MANILA, Philippines – Two lawmakers are divided on whether overpopulation played a major role in worsening the destruction wrought by the recent southwest monsoon in the country.
While Reproductive Health Bill proponent Albay Representative Edcel Lagman believed that no amount of additional funds could counteract the effect of calamities until overpopulation was resolved, Gabriela Representative Emmi de Jesus insisted that population control was not the answer.
Although the partylist lawmaker admitted that living in danger zones in the country places people’s lives at risk, De Jesus said that the government was also to blame for its inability to implement programs that provide people with decent areas to live in. She maintained that programs on flood control were also lacking and contributed to floods.

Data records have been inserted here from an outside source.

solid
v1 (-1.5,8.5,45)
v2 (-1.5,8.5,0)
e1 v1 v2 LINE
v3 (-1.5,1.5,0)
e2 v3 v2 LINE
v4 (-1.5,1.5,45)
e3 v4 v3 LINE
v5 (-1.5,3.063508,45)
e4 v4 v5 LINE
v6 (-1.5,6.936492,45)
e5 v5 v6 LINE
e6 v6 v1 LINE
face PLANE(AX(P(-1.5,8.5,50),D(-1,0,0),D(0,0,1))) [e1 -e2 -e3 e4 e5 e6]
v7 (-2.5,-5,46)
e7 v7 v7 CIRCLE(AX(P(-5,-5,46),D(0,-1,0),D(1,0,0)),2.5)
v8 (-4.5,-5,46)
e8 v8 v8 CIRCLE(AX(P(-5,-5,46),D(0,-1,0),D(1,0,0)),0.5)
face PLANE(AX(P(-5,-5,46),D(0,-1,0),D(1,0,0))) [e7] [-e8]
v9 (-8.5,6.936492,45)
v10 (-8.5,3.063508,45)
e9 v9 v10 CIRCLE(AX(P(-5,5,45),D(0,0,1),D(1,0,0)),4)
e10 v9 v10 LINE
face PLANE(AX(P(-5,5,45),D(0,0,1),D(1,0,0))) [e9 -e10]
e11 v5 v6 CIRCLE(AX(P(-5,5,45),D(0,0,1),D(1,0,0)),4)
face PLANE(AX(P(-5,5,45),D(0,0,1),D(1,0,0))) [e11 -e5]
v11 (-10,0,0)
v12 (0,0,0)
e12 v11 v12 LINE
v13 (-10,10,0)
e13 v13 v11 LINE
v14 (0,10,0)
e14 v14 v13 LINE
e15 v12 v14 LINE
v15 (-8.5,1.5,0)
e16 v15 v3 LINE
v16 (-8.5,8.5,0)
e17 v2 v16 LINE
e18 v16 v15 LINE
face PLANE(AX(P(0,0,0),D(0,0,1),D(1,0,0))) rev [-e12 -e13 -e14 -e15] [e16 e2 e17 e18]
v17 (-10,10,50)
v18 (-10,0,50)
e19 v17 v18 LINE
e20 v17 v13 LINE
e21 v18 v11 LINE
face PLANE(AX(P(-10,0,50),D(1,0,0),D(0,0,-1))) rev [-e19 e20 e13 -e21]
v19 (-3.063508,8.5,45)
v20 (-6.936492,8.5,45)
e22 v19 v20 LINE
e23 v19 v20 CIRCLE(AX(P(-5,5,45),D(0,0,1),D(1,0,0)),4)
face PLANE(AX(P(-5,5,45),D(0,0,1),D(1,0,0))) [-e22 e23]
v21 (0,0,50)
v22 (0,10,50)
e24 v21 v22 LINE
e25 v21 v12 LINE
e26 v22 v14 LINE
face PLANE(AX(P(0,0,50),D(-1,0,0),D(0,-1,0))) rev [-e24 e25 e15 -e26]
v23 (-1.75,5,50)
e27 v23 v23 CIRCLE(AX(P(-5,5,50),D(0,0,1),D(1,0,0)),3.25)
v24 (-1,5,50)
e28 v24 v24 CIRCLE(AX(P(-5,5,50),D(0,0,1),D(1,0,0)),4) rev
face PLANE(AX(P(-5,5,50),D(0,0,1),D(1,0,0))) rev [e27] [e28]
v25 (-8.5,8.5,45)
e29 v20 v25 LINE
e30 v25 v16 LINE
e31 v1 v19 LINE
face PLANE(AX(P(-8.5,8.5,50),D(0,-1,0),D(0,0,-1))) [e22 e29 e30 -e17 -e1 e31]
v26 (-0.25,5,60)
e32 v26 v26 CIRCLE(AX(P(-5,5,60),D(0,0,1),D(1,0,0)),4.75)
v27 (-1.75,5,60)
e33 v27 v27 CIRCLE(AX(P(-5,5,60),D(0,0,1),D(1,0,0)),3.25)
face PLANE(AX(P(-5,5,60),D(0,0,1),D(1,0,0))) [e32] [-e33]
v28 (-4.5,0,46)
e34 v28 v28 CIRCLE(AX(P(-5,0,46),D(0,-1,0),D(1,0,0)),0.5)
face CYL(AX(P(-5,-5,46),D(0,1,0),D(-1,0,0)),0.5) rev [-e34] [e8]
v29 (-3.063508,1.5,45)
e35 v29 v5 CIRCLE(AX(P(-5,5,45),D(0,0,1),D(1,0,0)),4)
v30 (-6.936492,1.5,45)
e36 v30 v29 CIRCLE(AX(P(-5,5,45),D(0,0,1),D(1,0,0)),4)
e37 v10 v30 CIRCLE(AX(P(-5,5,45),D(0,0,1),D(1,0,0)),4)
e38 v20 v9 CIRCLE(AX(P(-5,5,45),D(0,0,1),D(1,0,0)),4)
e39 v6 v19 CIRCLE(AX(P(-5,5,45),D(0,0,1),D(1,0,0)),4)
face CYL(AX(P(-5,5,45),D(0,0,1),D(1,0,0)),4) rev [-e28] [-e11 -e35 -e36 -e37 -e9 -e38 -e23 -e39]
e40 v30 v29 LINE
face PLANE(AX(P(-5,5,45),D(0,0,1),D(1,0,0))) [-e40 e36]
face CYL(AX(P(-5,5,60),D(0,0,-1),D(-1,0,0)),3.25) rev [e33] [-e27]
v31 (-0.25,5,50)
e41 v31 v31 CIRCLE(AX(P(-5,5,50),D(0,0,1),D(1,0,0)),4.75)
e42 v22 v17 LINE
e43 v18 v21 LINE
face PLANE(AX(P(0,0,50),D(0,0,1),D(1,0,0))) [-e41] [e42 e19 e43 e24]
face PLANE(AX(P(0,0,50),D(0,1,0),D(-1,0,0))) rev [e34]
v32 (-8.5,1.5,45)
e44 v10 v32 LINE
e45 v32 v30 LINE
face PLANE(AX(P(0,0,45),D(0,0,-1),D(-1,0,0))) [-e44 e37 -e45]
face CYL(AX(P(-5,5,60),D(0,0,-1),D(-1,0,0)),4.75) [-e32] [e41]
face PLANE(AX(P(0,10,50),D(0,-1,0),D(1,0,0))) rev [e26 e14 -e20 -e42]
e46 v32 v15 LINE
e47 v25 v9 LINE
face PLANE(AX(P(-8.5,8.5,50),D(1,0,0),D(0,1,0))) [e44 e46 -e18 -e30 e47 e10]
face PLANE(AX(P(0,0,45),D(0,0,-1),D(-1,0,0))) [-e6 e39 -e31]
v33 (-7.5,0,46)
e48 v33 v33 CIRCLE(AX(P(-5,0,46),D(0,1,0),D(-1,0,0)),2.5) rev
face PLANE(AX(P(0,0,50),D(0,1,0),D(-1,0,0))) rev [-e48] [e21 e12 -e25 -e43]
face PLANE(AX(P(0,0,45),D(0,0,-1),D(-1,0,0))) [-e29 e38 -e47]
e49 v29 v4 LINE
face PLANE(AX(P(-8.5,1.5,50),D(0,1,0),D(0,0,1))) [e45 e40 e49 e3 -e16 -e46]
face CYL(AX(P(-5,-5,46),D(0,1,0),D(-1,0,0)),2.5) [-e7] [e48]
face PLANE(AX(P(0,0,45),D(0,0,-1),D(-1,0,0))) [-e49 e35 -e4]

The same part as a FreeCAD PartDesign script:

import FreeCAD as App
import Part
import Sketcher
from FreeCAD import Vector

doc = App.newDocument("Part")
params = doc.addObject("Spreadsheet::Sheet", "Params")
for row, (alias, value) in enumerate([
    ("sketch1_width", "10 mm"),
    ("sketch1_width2", "7 mm"),
    ("pad1_length", "50 mm"),
    ("sketch2_width", "7 mm"),
    ("pad2_length", "5 mm"),
    ("sketch3_diameter", "8 mm"),
    ("pocket1_length", "5 mm"),
    ("sketch4_diameter", "5 mm"),
    ("sketch4_diameter2", "1 mm"),
    ("pad3_length", "5 mm"),
    ("sketch5_diameter", "9.5 mm"),
    ("sketch5_diameter2", "6.5 mm"),
    ("pad4_length", "10 mm"),
], start=1):
    params.set(f"A{row}", alias)
    params.set(f"B{row}", "=" + value)
    params.setAlias(f"B{row}", alias)

body = doc.addObject("PartDesign::Body", "Body")

sketch1 = body.newObject("Sketcher::SketchObject", "Sketch")
sketch1.AttachmentSupport = (doc.getObject("XY_Plane"), [""])
sketch1.MapMode = "FlatFace"
sketch1.addGeometry(Part.LineSegment(Vector(-10, 10, 0), Vector(-10, 0, 0)), False)
sketch1.addGeometry(Part.LineSegment(Vector(-10, 0, 0), Vector(0, 0, 0)), False)
sketch1.addGeometry(Part.LineSegment(Vector(0, 0, 0), Vector(0, 10, 0)), False)
sketch1.addGeometry(Part.LineSegment(Vector(0, 10, 0), Vector(-10, 10, 0)), False)
sketch1.addGeometry(Part.LineSegment(Vector(-1.5, 1.5, 0), Vector(-8.5, 1.5, 0)), False)
sketch1.addGeometry(Part.LineSegment(Vector(-8.5, 1.5, 0), Vector(-8.5, 8.5, 0)), False)
sketch1.addGeometry(Part.LineSegment(Vector(-8.5, 8.5, 0), Vector(-1.5, 8.5, 0)), False)
sketch1.addGeometry(Part.LineSegment(Vector(-1.5, 8.5, 0), Vector(-1.5, 1.5, 0)), False)
sketch1.addConstraint(Sketcher.Constraint("Coincident", 0, 2, 1, 1))
sketch1.addConstraint(Sketcher.Constraint("Coincident", 1, 2, 2, 1))
sketch1.addConstraint(Sketcher.Constraint("Coincident", 2, 2, 3, 1))
sketch1.addConstraint(Sketcher.Constraint("Coincident", 3, 2, 0, 1))
sketch1.addConstraint(Sketcher.Constraint("Coincident", 4, 2, 5, 1))
sketch1.addConstraint(Sketcher.Constraint("Coincident", 5, 2, 6, 1))
sketch1.addConstraint(Sketcher.Constraint("Coincident", 6, 2, 7, 1))
sketch1.addConstraint(Sketcher.Constraint("Coincident", 7, 2, 4, 1))
sketch1.addConstraint(Sketcher.Constraint("Vertical", 0))
sketch1.addConstraint(Sketcher.Constraint("Horizontal", 1))
sketch1.addConstraint(Sketcher.Constraint("Vertical", 2))
sketch1.addConstraint(Sketcher.Constraint("Horizontal", 3))
sketch1.addConstraint(Sketcher.Constraint("Horizontal", 4))
sketch1.addConstraint(Sketcher.Constraint("Vertical", 5))
sketch1.addConstraint(Sketcher.Constraint("Horizontal", 6))
sketch1.addConstraint(Sketcher.Constraint("Vertical", 7))
sketch1.addConstraint(Sketcher.Constraint("Coincident", 1, 2, -1, 1))
sketch1.addConstraint(Sketcher.Constraint("Equal", 3, 0))
sketch1.addConstraint(Sketcher.Constraint("Equal", 6, 5))
sketch1.addConstraint(Sketcher.Constraint("DistanceX", 1, 1, 1, 2, 10.0))
sketch1.addConstraint(Sketcher.Constraint("DistanceX", 4, 2, 4, 1, 7.0))
sketch1.addConstraint(Sketcher.Constraint("DistanceX", 4, 2, -1, 1, 8.5))
sketch1.addConstraint(Sketcher.Constraint("DistanceY", -1, 1, 4, 2, 1.5))
sketch1.setExpression("Constraints[19]", "Params.sketch1_width")
sketch1.setExpression("Constraints[20]", "Params.sketch1_width2")
pad1 = body.newObject("PartDesign::Pad", "Pad")
pad1.Profile = sketch1
pad1.setExpression("Length", "Params.pad1_length")

sketch2 = body.newObject("Sketcher::SketchObject", "Sketch001")
sketch2.AttachmentSupport = (doc.getObject("XY_Plane"), [""])
sketch2.MapMode = "FlatFace"
sketch2.AttachmentOffset = App.Placement(Vector(0, 0, 50), App.Rotation())
sketch2.addGeometry(Part.LineSegment(Vector(-8.5, 8.5, 0), Vector(-8.5, 1.5, 0)), False)
sketch2.addGeometry(Part.LineSegment(Vector(-8.5, 1.5, 0), Vector(-1.5, 1.5, 0)), False)
sketch2.addGeometry(Part.LineSegment(Vector(-1.5, 1.5, 0), Vector(-1.5, 8.5, 0)), False)
sketch2.addGeometry(Part.LineSegment(Vector(-1.5, 8.5, 0), Vector(-8.5, 8.5, 0)), False)
sketch2.addConstraint(Sketcher.Constraint("Coincident", 0, 2, 1, 1))
sketch2.addConstraint(Sketcher.Constraint("Coincident", 1, 2, 2, 1))
sketch2.addConstraint(Sketcher.Constraint("Coincident", 2, 2, 3, 1))
sketch2.addConstraint(Sketcher.Constraint("Coincident", 3, 2, 0, 1))
sketch2.addConstraint(Sketcher.Constraint("Vertical", 0))
sketch2.addConstraint(Sketcher.Constraint("Horizontal", 1))
sketch2.addConstraint(Sketcher.Constraint("Vertical", 2))
sketch2.addConstraint(Sketcher.Constraint("Horizontal", 3))
sketch2.addConstraint(Sketcher.Constraint("Equal", 3, 0))
sketch2.addConstraint(Sketcher.Constraint("DistanceX", 1, 1, 1, 2, 7.0))
sketch2.addConstraint(Sketcher.Constraint("DistanceX", 0, 2, -1, 1, 8.5))
sketch2.addConstraint(Sketcher.Constraint("DistanceY", -1, 1, 0, 2, 1.5))
sketch2.setExpression("Constraints[9]", "Params.sketch2_width")
pad2 = body.newObject("PartDesign::Pad", "Pad001")
pad2.Profile = sketch2
pad2.setExpression("Length", "Params.pad2_length")
pad2.Reversed = True

sketch3 = body.newObject("Sketcher::SketchObject", "Sketch002")
sketch3.AttachmentSupport = (doc.getObject("XY_Plane"), [""])
sketch3.MapMode = "FlatFace"
sketch3.AttachmentOffset = App.Placement(Vector(0, 0, 50), App.Rotation())
sketch3.addGeometry(Part.Circle(Vector(-5, 5, 0), Vector(0, 0, 1), 4), False)
sketch3.addConstraint(Sketcher.Constraint("Diameter", 0, 8.0))
sketch3.addConstraint(Sketcher.Constraint("DistanceX", 0, 3, -1, 1, 5.0))
sketch3.addConstraint(Sketcher.Constraint("DistanceY", -1, 1, 0, 3, 5.0))
sketch3.setExpression("Constraints[0]", "Params.sketch3_diameter")
pocket1 = body.newObject("PartDesign::Pocket", "Pocket")
pocket1.Profile = sketch3
pocket1.setExpression("Length", "Params.pocket1_length")

sketch4 = body.newObject("Sketcher::SketchObject", "Sketch003")
sketch4.AttachmentSupport = (doc.getObject("XZ_Plane"), [""])
sketch4.MapMode = "FlatFace"
sketch4.addGeometry(Part.Circle(Vector(-5, 46, 0), Vector(0, 0, 1), 2.5), False)
sketch4.addGeometry(Part.Circle(Vector(-5, 46, 0), Vector(0, 0, 1), 0.5), False)
sketch4.addConstraint(Sketcher.Constraint("Coincident", 1, 3, 0, 3))
sketch4.addConstraint(Sketcher.Constraint("Diameter", 0, 5.0))
sketch4.addConstraint(Sketcher.Constraint("Diameter", 1, 1.0))
sketch4.addConstraint(Sketcher.Constraint("DistanceX", 0, 3, -1, 1, 5.0))
sketch4.addConstraint(Sketcher.Constraint("DistanceY", -1, 1, 0, 3, 46.0))
sketch4.setExpression("Constraints[1]", "Params.sketch4_diameter")
sketch4.setExpression("Constraints[2]", "Params.sketch4_diameter2")
pad3 = body.newObject("PartDesign::Pad", "Pad002")
pad3.Profile = sketch4
pad3.setExpression("Length", "Params.pad3_length")

sketch5 = body.newObject("Sketcher::SketchObject", "Sketch004")
sketch5.AttachmentSupport = (doc.getObject("XY_Plane"), [""])
sketch5.MapMode = "FlatFace"
sketch5.AttachmentOffset = App.Placement(Vector(0, 0, 50), App.Rotation())
sketch5.addGeometry(Part.Circle(Vector(-5, 5, 0), Vector(0, 0, 1), 4.75), False)
sketch5.addGeometry(Part.Circle(Vector(-5, 5, 0), Vector(0, 0, 1), 3.25), False)
sketch5.addConstraint(Sketcher.Constraint("Coincident", 1, 3, 0, 3))
sketch5.addConstraint(Sketcher.Constraint("Diameter", 0, 9.5))
sketch5.addConstraint(Sketcher.Constraint("Diameter", 1, 6.5))
sketch5.addConstraint(Sketcher.Constraint("DistanceX", 0, 3, -1, 1, 5.0))
sketch5.addConstraint(Sketcher.Constraint("DistanceY", -1, 1, 0, 3, 5.0))
sketch5.setExpression("Constraints[1]", "Params.sketch5_diameter")
sketch5.setExpression("Constraints[2]", "Params.sketch5_diameter2")
pad4 = body.newObject("PartDesign::Pad", "Pad003")
pad4.Profile = sketch5
pad4.setExpression("Length", "Params.pad4_length")

doc.recompute()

She said that seeing women and children forced to live in evacuation centers only strengthened their call for the government to boost its programs which would provide its people with better healthcare and decent living conditions.
This view differed with what Lagman espouses, urging people to accept that the country’s massive population had a direct link to the impact climate change had on its citizens. He said that because of the high population growth, people were forced to live in forestland and cut down trees for a living or live dangerously in areas not suitable for habitation in the urban areas, clogging waterways with trash.
But blaming these problems on the people was not acceptable to De Jesus, who told Inquirer.net over a phone interview that it was the state which should be held responsible for not taking care of its people. “Sila na nga ang biktima, sila pa ang may kasalanan (They are the victims; should they still be blamed)?”
To Lagman, problems on solid waste management and the lack of space to live in cities were effects of overpopulation. He said that these issues were exacerbated in highly-populated urban areas in the country.
And while other lawmakers like De Jesus did not see House Bill 4244 as something which could prevent calamities from wreaking so much havoc in the country, Lagman sees the RH Bill as a solution to problems that the nation finds itself facing time and again in the face of extreme weather disturbances.
He said that the RH Bill, which has just hurdled its period of debates, was about “human rights, maternal and infant health and sustainable human development.”
But now that the said measure is about to go into its period of amendments, De Jesus, who maintained that “population control can never be pro-women nor pro-poor”, said that they would push for amendments to the bill’s provisions which state that population control was a solution to widespread poverty.